WORK INSTRUCTIONS:
Set down all the data again. Change nothing.
****************
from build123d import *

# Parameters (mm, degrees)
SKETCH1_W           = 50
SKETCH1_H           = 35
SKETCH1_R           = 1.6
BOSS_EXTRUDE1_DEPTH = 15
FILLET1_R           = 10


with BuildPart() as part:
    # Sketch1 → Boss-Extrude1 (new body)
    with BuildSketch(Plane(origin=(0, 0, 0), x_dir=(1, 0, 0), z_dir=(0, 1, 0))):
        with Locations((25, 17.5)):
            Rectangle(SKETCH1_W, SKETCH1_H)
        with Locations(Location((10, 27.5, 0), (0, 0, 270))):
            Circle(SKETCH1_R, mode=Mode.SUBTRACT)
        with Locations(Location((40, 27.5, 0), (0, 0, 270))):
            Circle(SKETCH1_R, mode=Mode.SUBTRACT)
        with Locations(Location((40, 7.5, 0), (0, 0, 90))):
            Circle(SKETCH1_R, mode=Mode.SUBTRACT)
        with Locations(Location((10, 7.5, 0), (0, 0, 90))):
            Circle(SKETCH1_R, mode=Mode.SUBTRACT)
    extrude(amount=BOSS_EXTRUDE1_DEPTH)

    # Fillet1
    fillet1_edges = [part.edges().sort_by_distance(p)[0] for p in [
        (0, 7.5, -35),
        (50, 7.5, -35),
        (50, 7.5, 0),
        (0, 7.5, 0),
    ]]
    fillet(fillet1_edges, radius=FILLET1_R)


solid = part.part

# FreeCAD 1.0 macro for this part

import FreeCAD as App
import Part
import Sketcher

V = App.Vector
Q = App.Units.Quantity


def edges_at(feature, points):
    """Names of the edges that pass closest to the given points."""
    edges = feature.Shape.Edges
    near = lambda p: min(range(len(edges)), key=lambda i: edges[i].distToShape(Part.Vertex(*p))[0])
    return sorted({f"Edge{near(p) + 1}" for p in points})

doc = App.newDocument("Part")
body = doc.addObject("PartDesign::Body", "Body")

# Sketch on XZ plane
sketch1 = body.newObject("Sketcher::SketchObject", "Sketch")
sketch1.AttachmentSupport = (doc.getObject("XZ_Plane"), [""])
sketch1.MapMode = "FlatFace"
sketch1.addGeometry([
    Part.LineSegment(V(0, -35, 0), V(0, 0, 0)),  # 0
    Part.LineSegment(V(0, 0, 0), V(50, 0, 0)),  # 1
    Part.LineSegment(V(50, 0, 0), V(50, -35, 0)),  # 2
    Part.LineSegment(V(50, -35, 0), V(0, -35, 0)),  # 3
    Part.Circle(V(10, -7.5, 0), V(0, 0, 1), 1.6),  # 4
    Part.Circle(V(40, -7.5, 0), V(0, 0, 1), 1.6),  # 5
    Part.Circle(V(10, -27.5, 0), V(0, 0, 1), 1.6),  # 6
    Part.Circle(V(40, -27.5, 0), V(0, 0, 1), 1.6),  # 7
], False)
sketch1.addConstraint([
    Sketcher.Constraint("Coincident", 0, 2, 1, 1),
    Sketcher.Constraint("Coincident", 1, 2, 2, 1),
    Sketcher.Constraint("Coincident", 2, 2, 3, 1),
    Sketcher.Constraint("Coincident", 3, 2, 0, 1),
    Sketcher.Constraint("Vertical", 0),
    Sketcher.Constraint("Horizontal", 1),
    Sketcher.Constraint("Vertical", 2),
    Sketcher.Constraint("Horizontal", 3),
    Sketcher.Constraint("Coincident", 0, 2, -1, 1),
    Sketcher.Constraint("Equal", 4, 5),
    Sketcher.Constraint("Equal", 5, 6),
    Sketcher.Constraint("Equal", 6, 7),
    Sketcher.Constraint("Horizontal", 4, 3, 5, 3),
    Sketcher.Constraint("Horizontal", 6, 3, 7, 3),
    Sketcher.Constraint("Vertical", 4, 3, 6, 3),
    Sketcher.Constraint("Vertical", 5, 3, 7, 3),
    Sketcher.Constraint("Diameter", 4, Q("3.2 mm")),
    Sketcher.Constraint("DistanceX", 1, 1, 1, 2, Q("50 mm")),
    Sketcher.Constraint("DistanceY", 0, 1, 0, 2, Q("35 mm")),
    Sketcher.Constraint("DistanceX", -1, 1, 4, 3, Q("10 mm")),
    Sketcher.Constraint("DistanceX", -1, 1, 5, 3, Q("40 mm")),
    Sketcher.Constraint("DistanceY", 6, 3, 4, 3, Q("20 mm")),
    Sketcher.Constraint("DistanceY", 4, 3, -1, 1, Q("7.5 mm")),
])
pad1 = body.newObject("PartDesign::Pad", "Pad")
pad1.Profile = sketch1
pad1.Length = 15
pad1.Reversed = True
doc.recompute()

fillet = body.newObject("PartDesign::Fillet", "Fillet")
fillet.Base = (pad1, edges_at(pad1, [
    (0, 7.5, -35),
    (50, 7.5, -35),
    (50, 7.5, 0),
    (0, 7.5, 0),
]))
fillet.Radius = 10

doc.recompute()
****************
WRITTEN RESPONSE:
from build123d import *

# Parameters (mm, degrees)
SKETCH1_W           = 50
SKETCH1_H           = 35
SKETCH1_R           = 1.6
BOSS_EXTRUDE1_DEPTH = 15
FILLET1_R           = 10


with BuildPart() as part:
    # Sketch1 → Boss-Extrude1 (new body)
    with BuildSketch(Plane(origin=(0, 0, 0), x_dir=(1, 0, 0), z_dir=(0, 1, 0))):
        with Locations((25, 17.5)):
            Rectangle(SKETCH1_W, SKETCH1_H)
        with Locations(Location((10, 27.5, 0), (0, 0, 270))):
            Circle(SKETCH1_R, mode=Mode.SUBTRACT)
        with Locations(Location((40, 27.5, 0), (0, 0, 270))):
            Circle(SKETCH1_R, mode=Mode.SUBTRACT)
        with Locations(Location((40, 7.5, 0), (0, 0, 90))):
            Circle(SKETCH1_R, mode=Mode.SUBTRACT)
        with Locations(Location((10, 7.5, 0), (0, 0, 90))):
            Circle(SKETCH1_R, mode=Mode.SUBTRACT)
    extrude(amount=BOSS_EXTRUDE1_DEPTH)

    # Fillet1
    fillet1_edges = [part.edges().sort_by_distance(p)[0] for p in [
        (0, 7.5, -35),
        (50, 7.5, -35),
        (50, 7.5, 0),
        (0, 7.5, 0),
    ]]
    fillet(fillet1_edges, radius=FILLET1_R)


solid = part.part

# FreeCAD 1.0 macro for this part

import FreeCAD as App
import Part
import Sketcher

V = App.Vector
Q = App.Units.Quantity


def edges_at(feature, points):
    """Names of the edges that pass closest to the given points."""
    edges = feature.Shape.Edges
    near = lambda p: min(range(len(edges)), key=lambda i: edges[i].distToShape(Part.Vertex(*p))[0])
    return sorted({f"Edge{near(p) + 1}" for p in points})

doc = App.newDocument("Part")
body = doc.addObject("PartDesign::Body", "Body")

# Sketch on XZ plane
sketch1 = body.newObject("Sketcher::SketchObject", "Sketch")
sketch1.AttachmentSupport = (doc.getObject("XZ_Plane"), [""])
sketch1.MapMode = "FlatFace"
sketch1.addGeometry([
    Part.LineSegment(V(0, -35, 0), V(0, 0, 0)),  # 0
    Part.LineSegment(V(0, 0, 0), V(50, 0, 0)),  # 1
    Part.LineSegment(V(50, 0, 0), V(50, -35, 0)),  # 2
    Part.LineSegment(V(50, -35, 0), V(0, -35, 0)),  # 3
    Part.Circle(V(10, -7.5, 0), V(0, 0, 1), 1.6),  # 4
    Part.Circle(V(40, -7.5, 0), V(0, 0, 1), 1.6),  # 5
    Part.Circle(V(10, -27.5, 0), V(0, 0, 1), 1.6),  # 6
    Part.Circle(V(40, -27.5, 0), V(0, 0, 1), 1.6),  # 7
], False)
sketch1.addConstraint([
    Sketcher.Constraint("Coincident", 0, 2, 1, 1),
    Sketcher.Constraint("Coincident", 1, 2, 2, 1),
    Sketcher.Constraint("Coincident", 2, 2, 3, 1),
    Sketcher.Constraint("Coincident", 3, 2, 0, 1),
    Sketcher.Constraint("Vertical", 0),
    Sketcher.Constraint("Horizontal", 1),
    Sketcher.Constraint("Vertical", 2),
    Sketcher.Constraint("Horizontal", 3),
    Sketcher.Constraint("Coincident", 0, 2, -1, 1),
    Sketcher.Constraint("Equal", 4, 5),
    Sketcher.Constraint("Equal", 5, 6),
    Sketcher.Constraint("Equal", 6, 7),
    Sketcher.Constraint("Horizontal", 4, 3, 5, 3),
    Sketcher.Constraint("Horizontal", 6, 3, 7, 3),
    Sketcher.Constraint("Vertical", 4, 3, 6, 3),
    Sketcher.Constraint("Vertical", 5, 3, 7, 3),
    Sketcher.Constraint("Diameter", 4, Q("3.2 mm")),
    Sketcher.Constraint("DistanceX", 1, 1, 1, 2, Q("50 mm")),
    Sketcher.Constraint("DistanceY", 0, 1, 0, 2, Q("35 mm")),
    Sketcher.Constraint("DistanceX", -1, 1, 4, 3, Q("10 mm")),
    Sketcher.Constraint("DistanceX", -1, 1, 5, 3, Q("40 mm")),
    Sketcher.Constraint("DistanceY", 6, 3, 4, 3, Q("20 mm")),
    Sketcher.Constraint("DistanceY", 4, 3, -1, 1, Q("7.5 mm")),
])
pad1 = body.newObject("PartDesign::Pad", "Pad")
pad1.Profile = sketch1
pad1.Length = 15
pad1.Reversed = True
doc.recompute()

fillet = body.newObject("PartDesign::Fillet", "Fillet")
fillet.Base = (pad1, edges_at(pad1, [
    (0, 7.5, -35),
    (50, 7.5, -35),
    (50, 7.5, 0),
    (0, 7.5, 0),
]))
fillet.Radius = 10

doc.recompute()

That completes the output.